Pdv Jean-David
Le lendemain
Vers midi, profitant du moment de répit que la tornade Roxie m’avait donné, je fis un appel à Aline.
Aline : Allô !
Moi : Allô, Aline, c’est Jean-David.
Aline : Ah. Jean-David, comment vas-tu ?
Moi : Ça va. Tu vois, je t'avais promis de te biper, dès que j’aurais mon numéro sénégalais. J’ai pu l’avoir ce matin. J'en ai profité pour t’appeler.
Aline : Ah. C’est gentil de m’appeler. On était des amis keuz avant dé, avant, mais tu m’as trop laissée.
Moi, sincèrement : Pardonne-moi, Aline. Tu sais que j’ai traversé des moments très difficiles.
Aline : Oui. Je le sais. Tout le monde le sait. On aurait pu t'aider à les traverser. Ce n’est pas de te recroqueviller comme ça. Tu n’as jamais été comme ça, Jeannot.
Moi : Tu sais qu’il y a des choses auxquelles on ne s’attendait pas qui nous change intérieurement, le temps qu'on s’adapte et qu’on trouve la force de se relever.
Aline : Oui. C’est vrai. Mais ça nous a fait quand-même mal de ne pas te voir à notre mariage. Dédé était vraiment déçu.
Moi : Aline, je suis resté longtemps sans venir au pays. Mais mes pensées affectueuses étaient avec vous. J’espère que vous avez toujours mon cadeau de mariage.
Aline : Oui. Il est magnifiquement posé dans le salon. On ne s'en séparera jamais. Mais ta présence nous aurait fait plus plaisir. Ce n’est grave. Quelles sont les nouvelles ? Comment va notre princesse ?
Moi : Elle va bien. C’est un petit surre d'orge en ébullition. Quand elle est calme, je m’inquiète.
Aline, taquine : Quand on est né d’un papa aussi terrible kegn, on ne peut pas être un enfant calme.
Je ris, amusé.
Moi : Aline, j’ai toujours été sage.??
Aline : J’ai des dossiers. Je peux les ressortir.
Moi : Non. Ce n’est pas la peine.
Aline : Sinon toi, comment vas-tu actuellement ?
Moi : Je suis célibataire et je cherche la future maman de Roxie.
Autant y aller franco.
Aline, d’une voix très intéressée : Ah bon ?
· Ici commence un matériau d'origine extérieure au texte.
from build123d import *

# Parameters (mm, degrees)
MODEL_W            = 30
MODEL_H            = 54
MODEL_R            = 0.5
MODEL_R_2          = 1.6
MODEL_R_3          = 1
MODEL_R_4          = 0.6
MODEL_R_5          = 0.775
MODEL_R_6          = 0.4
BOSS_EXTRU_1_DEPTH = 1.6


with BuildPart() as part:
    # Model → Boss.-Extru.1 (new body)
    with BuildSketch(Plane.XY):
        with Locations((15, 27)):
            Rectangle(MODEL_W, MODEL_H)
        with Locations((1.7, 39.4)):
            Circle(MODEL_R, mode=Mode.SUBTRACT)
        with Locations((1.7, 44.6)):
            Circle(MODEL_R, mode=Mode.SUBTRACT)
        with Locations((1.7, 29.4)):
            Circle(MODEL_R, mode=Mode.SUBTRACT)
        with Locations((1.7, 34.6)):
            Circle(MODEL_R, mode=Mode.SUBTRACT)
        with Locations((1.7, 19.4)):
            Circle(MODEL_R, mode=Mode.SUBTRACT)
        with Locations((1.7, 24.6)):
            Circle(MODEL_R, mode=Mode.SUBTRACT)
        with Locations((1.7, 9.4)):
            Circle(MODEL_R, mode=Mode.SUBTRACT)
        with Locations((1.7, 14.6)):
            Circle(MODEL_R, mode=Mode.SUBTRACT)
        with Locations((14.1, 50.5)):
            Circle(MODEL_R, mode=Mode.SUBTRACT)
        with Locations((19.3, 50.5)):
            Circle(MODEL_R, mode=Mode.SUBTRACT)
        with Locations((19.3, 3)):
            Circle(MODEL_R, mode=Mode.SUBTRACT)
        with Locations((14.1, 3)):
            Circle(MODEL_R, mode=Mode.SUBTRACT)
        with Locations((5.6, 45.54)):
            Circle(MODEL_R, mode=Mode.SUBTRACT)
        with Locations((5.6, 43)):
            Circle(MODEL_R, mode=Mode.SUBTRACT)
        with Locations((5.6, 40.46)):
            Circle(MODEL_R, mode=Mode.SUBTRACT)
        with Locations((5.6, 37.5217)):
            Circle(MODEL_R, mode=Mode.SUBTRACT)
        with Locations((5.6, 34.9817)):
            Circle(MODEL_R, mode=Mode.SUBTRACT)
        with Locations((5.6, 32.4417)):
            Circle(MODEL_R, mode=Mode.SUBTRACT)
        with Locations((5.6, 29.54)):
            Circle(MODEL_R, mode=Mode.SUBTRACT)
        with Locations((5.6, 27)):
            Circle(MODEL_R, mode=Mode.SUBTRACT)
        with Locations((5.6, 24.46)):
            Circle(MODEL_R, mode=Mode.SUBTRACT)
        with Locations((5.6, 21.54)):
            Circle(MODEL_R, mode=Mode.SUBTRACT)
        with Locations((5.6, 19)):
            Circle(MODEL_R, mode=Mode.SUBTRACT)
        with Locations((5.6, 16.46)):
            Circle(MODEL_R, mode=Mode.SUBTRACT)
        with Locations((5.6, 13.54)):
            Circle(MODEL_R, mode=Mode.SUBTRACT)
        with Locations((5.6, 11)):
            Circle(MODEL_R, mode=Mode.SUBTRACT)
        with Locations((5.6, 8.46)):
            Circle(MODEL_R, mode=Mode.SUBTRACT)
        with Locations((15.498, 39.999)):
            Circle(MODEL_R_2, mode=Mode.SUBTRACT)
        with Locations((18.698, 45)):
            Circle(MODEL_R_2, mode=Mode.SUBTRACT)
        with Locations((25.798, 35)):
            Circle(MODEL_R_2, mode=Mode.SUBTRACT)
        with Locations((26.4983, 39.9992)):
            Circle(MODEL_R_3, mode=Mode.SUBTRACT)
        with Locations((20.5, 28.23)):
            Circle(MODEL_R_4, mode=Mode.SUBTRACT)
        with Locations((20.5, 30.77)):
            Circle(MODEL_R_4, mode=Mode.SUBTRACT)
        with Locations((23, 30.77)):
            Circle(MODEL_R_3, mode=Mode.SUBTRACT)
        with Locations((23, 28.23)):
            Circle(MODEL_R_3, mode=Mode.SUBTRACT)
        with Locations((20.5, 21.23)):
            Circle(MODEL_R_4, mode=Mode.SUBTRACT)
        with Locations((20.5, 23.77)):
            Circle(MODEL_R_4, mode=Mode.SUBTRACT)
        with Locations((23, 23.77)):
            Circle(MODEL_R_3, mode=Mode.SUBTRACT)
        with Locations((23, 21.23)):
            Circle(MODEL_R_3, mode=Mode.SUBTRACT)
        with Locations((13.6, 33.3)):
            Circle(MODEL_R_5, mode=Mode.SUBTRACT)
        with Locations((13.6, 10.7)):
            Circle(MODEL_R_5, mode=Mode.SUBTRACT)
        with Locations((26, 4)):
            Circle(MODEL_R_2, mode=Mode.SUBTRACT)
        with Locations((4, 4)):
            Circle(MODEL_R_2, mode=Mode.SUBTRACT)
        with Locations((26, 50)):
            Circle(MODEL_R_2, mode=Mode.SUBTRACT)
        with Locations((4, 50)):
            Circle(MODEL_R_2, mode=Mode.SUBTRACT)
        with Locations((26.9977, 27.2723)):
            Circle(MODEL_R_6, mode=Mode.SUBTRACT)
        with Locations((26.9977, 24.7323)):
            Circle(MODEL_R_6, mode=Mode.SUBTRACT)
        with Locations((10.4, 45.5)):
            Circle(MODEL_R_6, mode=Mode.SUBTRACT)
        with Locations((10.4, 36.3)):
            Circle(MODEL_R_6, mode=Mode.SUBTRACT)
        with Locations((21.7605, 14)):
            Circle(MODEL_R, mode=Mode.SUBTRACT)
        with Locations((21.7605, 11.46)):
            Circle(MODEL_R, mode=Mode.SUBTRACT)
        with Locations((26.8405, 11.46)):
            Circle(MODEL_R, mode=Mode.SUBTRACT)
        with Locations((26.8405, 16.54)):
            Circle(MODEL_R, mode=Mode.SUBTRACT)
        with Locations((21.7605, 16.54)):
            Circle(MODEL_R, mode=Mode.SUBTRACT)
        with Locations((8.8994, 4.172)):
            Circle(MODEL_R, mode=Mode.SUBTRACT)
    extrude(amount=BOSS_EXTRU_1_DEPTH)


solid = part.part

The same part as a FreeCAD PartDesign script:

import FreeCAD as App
import Part
import Sketcher

V = App.Vector


def add_polygon(sketch, points):
    """Adds a closed chain of lines whose ends are joined by coincident constraints."""
    first, n = sketch.GeometryCount, len(points)
    for a, b in zip(points, points[1:] + points[:1]):
        sketch.addGeometry(Part.LineSegment(App.Vector(*a, 0), App.Vector(*b, 0)), False)
    for i in range(n):
        sketch.addConstraint(Sketcher.Constraint("Coincident", first + i, 2, first + (i + 1) % n, 1))

doc = App.newDocument("Part")
params = doc.addObject("Spreadsheet::Sheet", "Params")
for row, (alias, value) in enumerate([
    ("sketch1_diameter", "1 mm"),
    ("sketch1_diameter2", "2 mm"),
    ("sketch1_diameter3", "3.2 mm"),
    ("sketch1_diameter4", "1.2 mm"),
    ("sketch1_diameter5", "0.8 mm"),
    ("pad1_length", "1.6 mm"),
], start=1):
    params.set(f"A{row}", alias)
    params.set(f"B{row}", "=" + value)
    params.setAlias(f"B{row}", alias)

body = doc.addObject("PartDesign::Body", "Body")

sketch1 = body.newObject("Sketcher::SketchObject", "Sketch")
sketch1.AttachmentSupport = (doc.getObject("XY_Plane"), [""])
sketch1.MapMode = "FlatFace"
add_polygon(sketch1, [(0, 54), (0, 0), (30, 0), (30, 54)])
sketch1.addGeometry(Part.Circle(V(4, 4, 0), V(0, 0, 1), 1.6), False)
sketch1.addGeometry(Part.Circle(V(5.6, 8.46, 0), V(0, 0, 1), 0.5), False)
sketch1.addGeometry(Part.Circle(V(1.7, 9.4, 0), V(0, 0, 1), 0.5), False)
sketch1.addGeometry(Part.Circle(V(1.7, 14.6, 0), V(0, 0, 1), 0.5), False)
sketch1.addGeometry(Part.Circle(V(5.6, 11, 0), V(0, 0, 1), 0.5), False)
sketch1.addGeometry(Part.Circle(V(5.6, 13.54, 0), V(0, 0, 1), 0.5), False)
sketch1.addGeometry(Part.Circle(V(8.9, 4.17, 0), V(0, 0, 1), 0.5), False)
sketch1.addGeometry(Part.Circle(V(14.1, 3, 0), V(0, 0, 1), 0.5), False)
sketch1.addGeometry(Part.Circle(V(13.6, 10.7, 0), V(0, 0, 1), 0.78), False)
sketch1.addGeometry(Part.Circle(V(1.7, 19.4, 0), V(0, 0, 1), 0.5), False)
sketch1.addGeometry(Part.Circle(V(5.6, 16.46, 0), V(0, 0, 1), 0.5), False)
sketch1.addGeometry(Part.Circle(V(5.6, 19, 0), V(0, 0, 1), 0.5), False)
sketch1.addGeometry(Part.Circle(V(1.7, 24.6, 0), V(0, 0, 1), 0.5), False)
sketch1.addGeometry(Part.Circle(V(5.6, 21.54, 0), V(0, 0, 1), 0.5), False)
sketch1.addGeometry(Part.Circle(V(5.6, 24.46, 0), V(0, 0, 1), 0.5), False)
sketch1.addGeometry(Part.Circle(V(19.3, 3, 0), V(0, 0, 1), 0.5), False)
sketch1.addGeometry(Part.Circle(V(26, 4, 0), V(0, 0, 1), 1.6), False)
sketch1.addGeometry(Part.Circle(V(21.76, 11.46, 0), V(0, 0, 1), 0.5), False)
sketch1.addGeometry(Part.Circle(V(21.76, 14, 0), V(0, 0, 1), 0.5), False)
sketch1.addGeometry(Part.Circle(V(26.84, 11.46, 0), V(0, 0, 1), 0.5), False)
sketch1.addGeometry(Part.Circle(V(20.5, 21.23, 0), V(0, 0, 1), 0.6), False)
sketch1.addGeometry(Part.Circle(V(20.5, 23.77, 0), V(0, 0, 1), 0.6), False)
sketch1.addGeometry(Part.Circle(V(21.76, 16.54, 0), V(0, 0, 1), 0.5), False)
sketch1.addGeometry(Part.Circle(V(26.84, 16.54, 0), V(0, 0, 1), 0.5), False)
sketch1.addGeometry(Part.Circle(V(23, 21.23, 0), V(0, 0, 1), 1), False)
sketch1.addGeometry(Part.Circle(V(23, 23.77, 0), V(0, 0, 1), 1), False)
sketch1.addGeometry(Part.Circle(V(27, 24.73, 0), V(0, 0, 1), 0.4), False)
sketch1.addGeometry(Part.Circle(V(1.7, 29.4, 0), V(0, 0, 1), 0.5), False)
sketch1.addGeometry(Part.Circle(V(5.6, 27, 0), V(0, 0, 1), 0.5), False)
sketch1.addGeometry(Part.Circle(V(5.6, 29.54, 0), V(0, 0, 1), 0.5), False)
sketch1.addGeometry(Part.Circle(V(5.6, 32.44, 0), V(0, 0, 1), 0.5), False)
sketch1.addGeometry(Part.Circle(V(1.7, 34.6, 0), V(0, 0, 1), 0.5), False)
sketch1.addGeometry(Part.Circle(V(5.6, 34.98, 0), V(0, 0, 1), 0.5), False)
sketch1.addGeometry(Part.Circle(V(5.6, 37.52, 0), V(0, 0, 1), 0.5), False)
sketch1.addGeometry(Part.Circle(V(10.4, 36.3, 0), V(0, 0, 1), 0.4), False)
sketch1.addGeometry(Part.Circle(V(13.6, 33.3, 0), V(0, 0, 1), 0.78), False)
sketch1.addGeometry(Part.Circle(V(1.7, 39.4, 0), V(0, 0, 1), 0.5), False)
sketch1.addGeometry(Part.Circle(V(1.7, 44.6, 0), V(0, 0, 1), 0.5), False)
sketch1.addGeometry(Part.Circle(V(5.6, 40.46, 0), V(0, 0, 1), 0.5), False)
sketch1.addGeometry(Part.Circle(V(5.6, 43, 0), V(0, 0, 1), 0.5), False)
sketch1.addGeometry(Part.Circle(V(4, 50, 0), V(0, 0, 1), 1.6), False)
sketch1.addGeometry(Part.Circle(V(5.6, 45.54, 0), V(0, 0, 1), 0.5), False)
sketch1.addGeometry(Part.Circle(V(10.4, 45.5, 0), V(0, 0, 1), 0.4), False)
sketch1.addGeometry(Part.Circle(V(14.1, 50.5, 0), V(0, 0, 1), 0.5), False)
sketch1.addGeometry(Part.Circle(V(20.5, 28.23, 0), V(0, 0, 1), 0.6), False)
sketch1.addGeometry(Part.Circle(V(20.5, 30.77, 0), V(0, 0, 1), 0.6), False)
sketch1.addGeometry(Part.Circle(V(23, 28.23, 0), V(0, 0, 1), 1), False)
sketch1.addGeometry(Part.Circle(V(23, 30.77, 0), V(0, 0, 1), 1), False)
sketch1.addGeometry(Part.Circle(V(27, 27.27, 0), V(0, 0, 1), 0.4), False)
sketch1.addGeometry(Part.Circle(V(25.8, 35, 0), V(0, 0, 1), 1.6), False)
sketch1.addGeometry(Part.Circle(V(15.5, 40, 0), V(0, 0, 1), 1.6), False)
sketch1.addGeometry(Part.Circle(V(18.7, 45, 0), V(0, 0, 1), 1.6), False)
sketch1.addGeometry(Part.Circle(V(19.3, 50.5, 0), V(0, 0, 1), 0.5), False)
sketch1.addGeometry(Part.Circle(V(26.5, 40, 0), V(0, 0, 1), 1), False)
sketch1.addGeometry(Part.Circle(V(26, 50, 0), V(0, 0, 1), 1.6), False)
sketch1.addConstraint(Sketcher.Constraint("Vertical", 0))
sketch1.addConstraint(Sketcher.Constraint("Horizontal", 1))
sketch1.addConstraint(Sketcher.Constraint("Vertical", 2))
sketch1.addConstraint(Sketcher.Constraint("Horizontal", 3))
sketch1.addConstraint(Sketcher.Constraint("Coincident", 0, 2, -1, 1))
sketch1.addConstraint(Sketcher.Constraint("Equal", 5, 6))
sketch1.addConstraint(Sketcher.Constraint("Equal", 6, 7))
sketch1.addConstraint(Sketcher.Constraint("Equal", 7, 8))
sketch1.addConstraint(Sketcher.Constraint("Equal", 8, 9))
sketch1.addConstraint(Sketcher.Constraint("Equal", 9, 10))
sketch1.addConstraint(Sketcher.Constraint("Equal", 10, 11))
sketch1.addConstraint(Sketcher.Constraint("Equal", 11, 13))
sketch1.addConstraint(Sketcher.Constraint("Equal", 13, 14))
sketch1.addConstraint(Sketcher.Constraint("Equal", 14, 15))
sketch1.addConstraint(Sketcher.Constraint("Equal", 15, 16))
sketch1.addConstraint(Sketcher.Constraint("Equal", 16, 17))
sketch1.addConstraint(Sketcher.Constraint("Equal", 17, 18))
sketch1.addConstraint(Sketcher.Constraint("Equal", 18, 19))
sketch1.addConstraint(Sketcher.Constraint("Equal", 4, 20))
sketch1.addConstraint(Sketcher.Constraint("Equal", 19, 21))
sketch1.addConstraint(Sketcher.Constraint("Equal", 21, 22))
sketch1.addConstraint(Sketcher.Constraint("Equal", 22, 23))
sketch1.addConstraint(Sketcher.Constraint("Equal", 24, 25))
sketch1.addConstraint(Sketcher.Constraint("Equal", 23, 26))
sketch1.addConstraint(Sketcher.Constraint("Equal", 26, 27))
sketch1.addConstraint(Sketcher.Constraint("Equal", 28, 29))
sketch1.addConstraint(Sketcher.Constraint("Equal", 27, 31))
sketch1.addConstraint(Sketcher.Constraint("Equal", 31, 32))
sketch1.addConstraint(Sketcher.Constraint("Equal", 32, 33))
sketch1.addConstraint(Sketcher.Constraint("Equal", 33, 34))
sketch1.addConstraint(Sketcher.Constraint("Equal", 34, 35))
sketch1.addConstraint(Sketcher.Constraint("Equal", 35, 36))
sketch1.addConstraint(Sketcher.Constraint("Equal", 36, 37))
sketch1.addConstraint(Sketcher.Constraint("Equal", 30, 38))
sketch1.addConstraint(Sketcher.Constraint("Equal", 12, 39))
sketch1.addConstraint(Sketcher.Constraint("Equal", 37, 40))
sketch1.addConstraint(Sketcher.Constraint("Equal", 40, 41))
sketch1.addConstraint(Sketcher.Constraint("Equal", 41, 42))
sketch1.addConstraint(Sketcher.Constraint("Equal", 42, 43))
sketch1.addConstraint(Sketcher.Constraint("Equal", 20, 44))
sketch1.addConstraint(Sketcher.Constraint("Equal", 43, 45))
sketch1.addConstraint(Sketcher.Constraint("Equal", 38, 46))
sketch1.addConstraint(Sketcher.Constraint("Equal", 45, 47))
sketch1.addConstraint(Sketcher.Constraint("Equal", 25, 48))
sketch1.addConstraint(Sketcher.Constraint("Equal", 48, 49))
sketch1.addConstraint(Sketcher.Constraint("Equal", 29, 50))
sketch1.addConstraint(Sketcher.Constraint("Equal", 50, 51))
sketch1.addConstraint(Sketcher.Constraint("Equal", 46, 52))
sketch1.addConstraint(Sketcher.Constraint("Equal", 44, 53))
sketch1.addConstraint(Sketcher.Constraint("Equal", 53, 54))
sketch1.addConstraint(Sketcher.Constraint("Equal", 54, 55))
sketch1.addConstraint(Sketcher.Constraint("Equal", 47, 56))
sketch1.addConstraint(Sketcher.Constraint("Equal", 51, 57))
sketch1.addConstraint(Sketcher.Constraint("Equal", 55, 58))
sketch1.addConstraint(Sketcher.Constraint("Horizontal", 11, 3, 19, 3))
sketch1.addConstraint(Sketcher.Constraint("Horizontal", 4, 3, 20, 3))
sketch1.addConstraint(Sketcher.Constraint("Horizontal", 21, 3, 23, 3))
Moi : Oui. J’attends Florinda.
Aline : Quelle Florinda ?
Moi : L’unique ! Celle qu'on connait tous les deux. Mais je ne sais pas tchi loumou nek (dans quoi elle est). Je ne sais pas si elle est toujours amoureuse de moi.
Elle éclata de rire.
Aline : ??Donc tu savais pour ses sentiments ?
Moi : Oui. Je le savais et j’avais trop de respect pour elle pour ne rien tenter tant que je n’avais pas envie d’avoir du sérieux.
Aline : Et maintenant ?
Moi : Maintenant, je veux reconstruire ma vie. Mais khawma tchi loumou nek( je ne sais pas dans quoi elle est).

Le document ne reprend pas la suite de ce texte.